Doch welchen Nutzen hat diese spezielle Form der Digitalisierung? Für die Antwort benötigt Stiebling nur ein Wort: Kosten. Ein Reifen habe einen großen Einfluss darauf, wie viel Sprit ein Lkw verbraucht. Wenn man alle relevanten Daten habe wie Reifendruck, Temperatur, Spritverbrauch oder die Route, die der Lkw nehme, könne man den optimalen Reifen auswählen - sogar für jede einzelne Lkw-Achse. Bei der richtigen Reifenwahl könne ein Spediteur fünf bis acht Prozent Dieselkosten einsparen. Je nachdem wie groß die Flotte sei und wie viele Kilometer sie fahre, könne das im Jahr Tausende Euro ausmachen.

Dennoch empfiehlt Stiebling die Einführung dieser Software auch bei anderen Händlern. Denn je mehr mitmachten, desto besser werde die Datenbasis. „Das System wird immer besser, je mehr Händler es nutzen.“ Stiebling sieht gute Chancen, dass sich „Tire Task“ als Branchenstandard durchsetzt.

Betrieb des mobilen Reifenservice läuft inzwischen papierlos

Das Herner Unternehmen selbst nutzt die Digitalisierung für seinen mobilen Montageservice. Zettel und Stift sind dort seit einigen Monaten Vergangenheit, der komplette Betrieb läuft papierlos. Heute könne man auf dem Computerbildschirm sehen, wo welcher Montagewagen gerade unterwegs ist. Werde von einem Kunden eine Panne gemeldet, könne man über „Tire Task“ den Montagewagen finden, der am schnellsten vor Ort sein kann. Nun könne der Fahrer noch im Wagen auf dem Tablet sehen, welche Reifen auf welcher Achse auf den Pannenwagen montiert sind, und er könne sofort checken, ob dieser Reifen im Lager liegt. „Früher mussten immer erst per Telefon die Reifengrößen abgefragt werden, da konnten Fehler passieren, dann musste jemand ins Lager laufen und nachsehen“, beschreibt Stiebling die Vergangenheit. Auch die Ausfertigung der Rechnung geschehe quasi mit einem Tastendruck.

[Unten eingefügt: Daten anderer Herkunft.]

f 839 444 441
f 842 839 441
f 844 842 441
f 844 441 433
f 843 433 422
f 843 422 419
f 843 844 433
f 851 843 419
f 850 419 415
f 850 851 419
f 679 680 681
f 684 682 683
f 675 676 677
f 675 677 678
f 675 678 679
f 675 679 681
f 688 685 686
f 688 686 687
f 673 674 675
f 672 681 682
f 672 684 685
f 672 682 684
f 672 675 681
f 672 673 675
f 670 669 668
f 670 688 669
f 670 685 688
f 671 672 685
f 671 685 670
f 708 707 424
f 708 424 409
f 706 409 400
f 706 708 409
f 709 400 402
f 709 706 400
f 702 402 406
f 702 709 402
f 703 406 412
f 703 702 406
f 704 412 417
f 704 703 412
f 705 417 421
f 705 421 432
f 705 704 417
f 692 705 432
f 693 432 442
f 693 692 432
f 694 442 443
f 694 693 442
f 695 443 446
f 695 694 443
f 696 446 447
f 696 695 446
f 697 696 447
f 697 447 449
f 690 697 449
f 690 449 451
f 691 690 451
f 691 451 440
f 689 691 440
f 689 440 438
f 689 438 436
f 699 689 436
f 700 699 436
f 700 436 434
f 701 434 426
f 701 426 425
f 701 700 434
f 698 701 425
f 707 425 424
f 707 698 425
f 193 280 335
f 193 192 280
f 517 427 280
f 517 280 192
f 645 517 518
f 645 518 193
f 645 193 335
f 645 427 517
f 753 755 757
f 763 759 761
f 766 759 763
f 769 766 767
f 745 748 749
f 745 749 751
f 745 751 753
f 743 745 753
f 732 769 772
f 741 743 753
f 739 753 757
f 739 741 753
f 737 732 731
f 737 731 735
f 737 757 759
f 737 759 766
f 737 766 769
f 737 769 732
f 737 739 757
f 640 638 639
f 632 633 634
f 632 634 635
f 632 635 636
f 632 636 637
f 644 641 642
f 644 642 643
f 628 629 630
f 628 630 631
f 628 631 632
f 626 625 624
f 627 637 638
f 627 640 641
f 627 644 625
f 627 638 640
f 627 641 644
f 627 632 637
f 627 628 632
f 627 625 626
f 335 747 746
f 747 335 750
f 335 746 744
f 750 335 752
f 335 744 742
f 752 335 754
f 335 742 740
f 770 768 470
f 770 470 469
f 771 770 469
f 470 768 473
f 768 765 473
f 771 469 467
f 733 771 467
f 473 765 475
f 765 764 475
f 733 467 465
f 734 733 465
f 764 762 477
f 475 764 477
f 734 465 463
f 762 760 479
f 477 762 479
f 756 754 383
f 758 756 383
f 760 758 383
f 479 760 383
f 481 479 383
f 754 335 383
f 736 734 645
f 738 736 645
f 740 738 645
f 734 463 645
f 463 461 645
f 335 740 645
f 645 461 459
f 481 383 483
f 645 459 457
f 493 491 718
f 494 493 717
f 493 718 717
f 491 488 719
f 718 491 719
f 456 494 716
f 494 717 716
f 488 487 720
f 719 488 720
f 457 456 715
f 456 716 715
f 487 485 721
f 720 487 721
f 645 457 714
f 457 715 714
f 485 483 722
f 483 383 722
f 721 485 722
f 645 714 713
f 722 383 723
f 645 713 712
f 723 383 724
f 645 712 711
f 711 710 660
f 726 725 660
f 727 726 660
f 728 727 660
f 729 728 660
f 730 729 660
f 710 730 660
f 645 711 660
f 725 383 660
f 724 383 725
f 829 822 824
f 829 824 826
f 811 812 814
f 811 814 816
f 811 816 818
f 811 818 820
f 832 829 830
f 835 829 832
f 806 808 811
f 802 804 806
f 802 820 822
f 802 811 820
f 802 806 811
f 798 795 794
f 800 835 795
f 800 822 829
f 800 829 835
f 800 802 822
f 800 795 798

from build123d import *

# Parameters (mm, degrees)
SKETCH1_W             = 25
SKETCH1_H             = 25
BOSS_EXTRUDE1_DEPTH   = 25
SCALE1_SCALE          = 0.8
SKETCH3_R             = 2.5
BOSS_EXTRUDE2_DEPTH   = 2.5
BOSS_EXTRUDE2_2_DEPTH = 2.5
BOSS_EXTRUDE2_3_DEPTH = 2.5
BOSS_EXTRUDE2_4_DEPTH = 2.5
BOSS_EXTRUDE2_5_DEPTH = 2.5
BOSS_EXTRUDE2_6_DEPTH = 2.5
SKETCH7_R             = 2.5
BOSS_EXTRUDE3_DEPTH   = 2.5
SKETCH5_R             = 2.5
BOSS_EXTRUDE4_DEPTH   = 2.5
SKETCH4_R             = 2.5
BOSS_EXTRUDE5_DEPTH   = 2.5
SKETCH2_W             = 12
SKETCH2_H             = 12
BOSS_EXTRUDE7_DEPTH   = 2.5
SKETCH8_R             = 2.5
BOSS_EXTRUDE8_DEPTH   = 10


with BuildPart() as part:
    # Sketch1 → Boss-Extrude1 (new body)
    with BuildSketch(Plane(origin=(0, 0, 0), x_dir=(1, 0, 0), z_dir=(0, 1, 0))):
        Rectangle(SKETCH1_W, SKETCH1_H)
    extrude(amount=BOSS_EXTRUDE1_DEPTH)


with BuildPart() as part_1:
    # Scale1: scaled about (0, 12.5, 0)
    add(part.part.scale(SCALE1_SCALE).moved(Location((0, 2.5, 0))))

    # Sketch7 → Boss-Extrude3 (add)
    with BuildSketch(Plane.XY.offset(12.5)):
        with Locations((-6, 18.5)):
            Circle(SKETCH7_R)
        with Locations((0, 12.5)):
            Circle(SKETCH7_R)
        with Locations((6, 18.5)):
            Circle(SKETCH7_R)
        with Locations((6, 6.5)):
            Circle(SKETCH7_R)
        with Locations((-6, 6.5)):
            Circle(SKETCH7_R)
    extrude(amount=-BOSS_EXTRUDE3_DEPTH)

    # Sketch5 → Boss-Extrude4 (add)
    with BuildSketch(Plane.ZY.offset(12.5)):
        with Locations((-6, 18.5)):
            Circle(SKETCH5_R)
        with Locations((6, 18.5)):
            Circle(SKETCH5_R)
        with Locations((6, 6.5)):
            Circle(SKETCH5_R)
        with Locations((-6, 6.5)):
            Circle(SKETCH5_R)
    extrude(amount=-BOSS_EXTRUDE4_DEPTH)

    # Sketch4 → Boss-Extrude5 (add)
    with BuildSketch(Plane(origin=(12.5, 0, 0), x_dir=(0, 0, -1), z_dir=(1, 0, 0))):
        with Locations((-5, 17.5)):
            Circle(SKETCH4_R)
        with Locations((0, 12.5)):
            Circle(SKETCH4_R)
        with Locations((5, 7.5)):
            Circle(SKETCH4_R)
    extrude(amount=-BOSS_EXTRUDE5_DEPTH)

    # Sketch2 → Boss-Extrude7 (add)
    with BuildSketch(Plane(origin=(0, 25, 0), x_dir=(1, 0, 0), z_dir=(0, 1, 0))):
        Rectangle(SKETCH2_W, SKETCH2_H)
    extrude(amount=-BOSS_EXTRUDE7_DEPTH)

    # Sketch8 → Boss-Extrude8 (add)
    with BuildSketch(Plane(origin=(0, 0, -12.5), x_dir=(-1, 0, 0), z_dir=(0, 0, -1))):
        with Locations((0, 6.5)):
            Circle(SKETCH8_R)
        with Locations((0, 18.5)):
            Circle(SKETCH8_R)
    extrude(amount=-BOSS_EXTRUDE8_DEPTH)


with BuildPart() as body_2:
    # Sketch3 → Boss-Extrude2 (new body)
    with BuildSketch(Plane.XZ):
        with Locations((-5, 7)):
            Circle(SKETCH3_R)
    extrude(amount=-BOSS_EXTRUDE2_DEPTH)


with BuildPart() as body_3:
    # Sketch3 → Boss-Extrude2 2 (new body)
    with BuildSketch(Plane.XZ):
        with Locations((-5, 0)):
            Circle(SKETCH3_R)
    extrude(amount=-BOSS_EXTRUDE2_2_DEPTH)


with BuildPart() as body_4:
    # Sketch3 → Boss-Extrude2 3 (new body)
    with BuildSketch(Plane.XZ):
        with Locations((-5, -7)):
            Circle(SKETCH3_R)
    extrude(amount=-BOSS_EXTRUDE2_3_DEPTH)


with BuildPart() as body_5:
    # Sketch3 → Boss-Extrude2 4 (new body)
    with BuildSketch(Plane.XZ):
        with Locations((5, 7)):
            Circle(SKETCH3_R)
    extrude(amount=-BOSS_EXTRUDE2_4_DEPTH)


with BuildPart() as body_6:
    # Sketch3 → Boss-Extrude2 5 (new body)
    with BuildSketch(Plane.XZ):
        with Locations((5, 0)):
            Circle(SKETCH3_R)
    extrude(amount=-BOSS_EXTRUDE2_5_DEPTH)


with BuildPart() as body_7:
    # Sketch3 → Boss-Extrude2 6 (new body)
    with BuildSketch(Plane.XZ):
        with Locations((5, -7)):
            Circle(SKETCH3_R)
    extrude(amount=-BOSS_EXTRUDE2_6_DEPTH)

All dies steigere die Effizienz im Unternehmen, so Stiebling - und dies wolle er als Wettbewerbsvorteil nutzen. Denn gerade für die größeren Kunden und öffentliche Auftraggeber spiele Nachhaltigkeit eine immer größere Rolle - und wenn durch die Digitalisierung Treibstoff gespart werden könne, trage Stiebling dazu bei, dieses Ziel zu erreichen.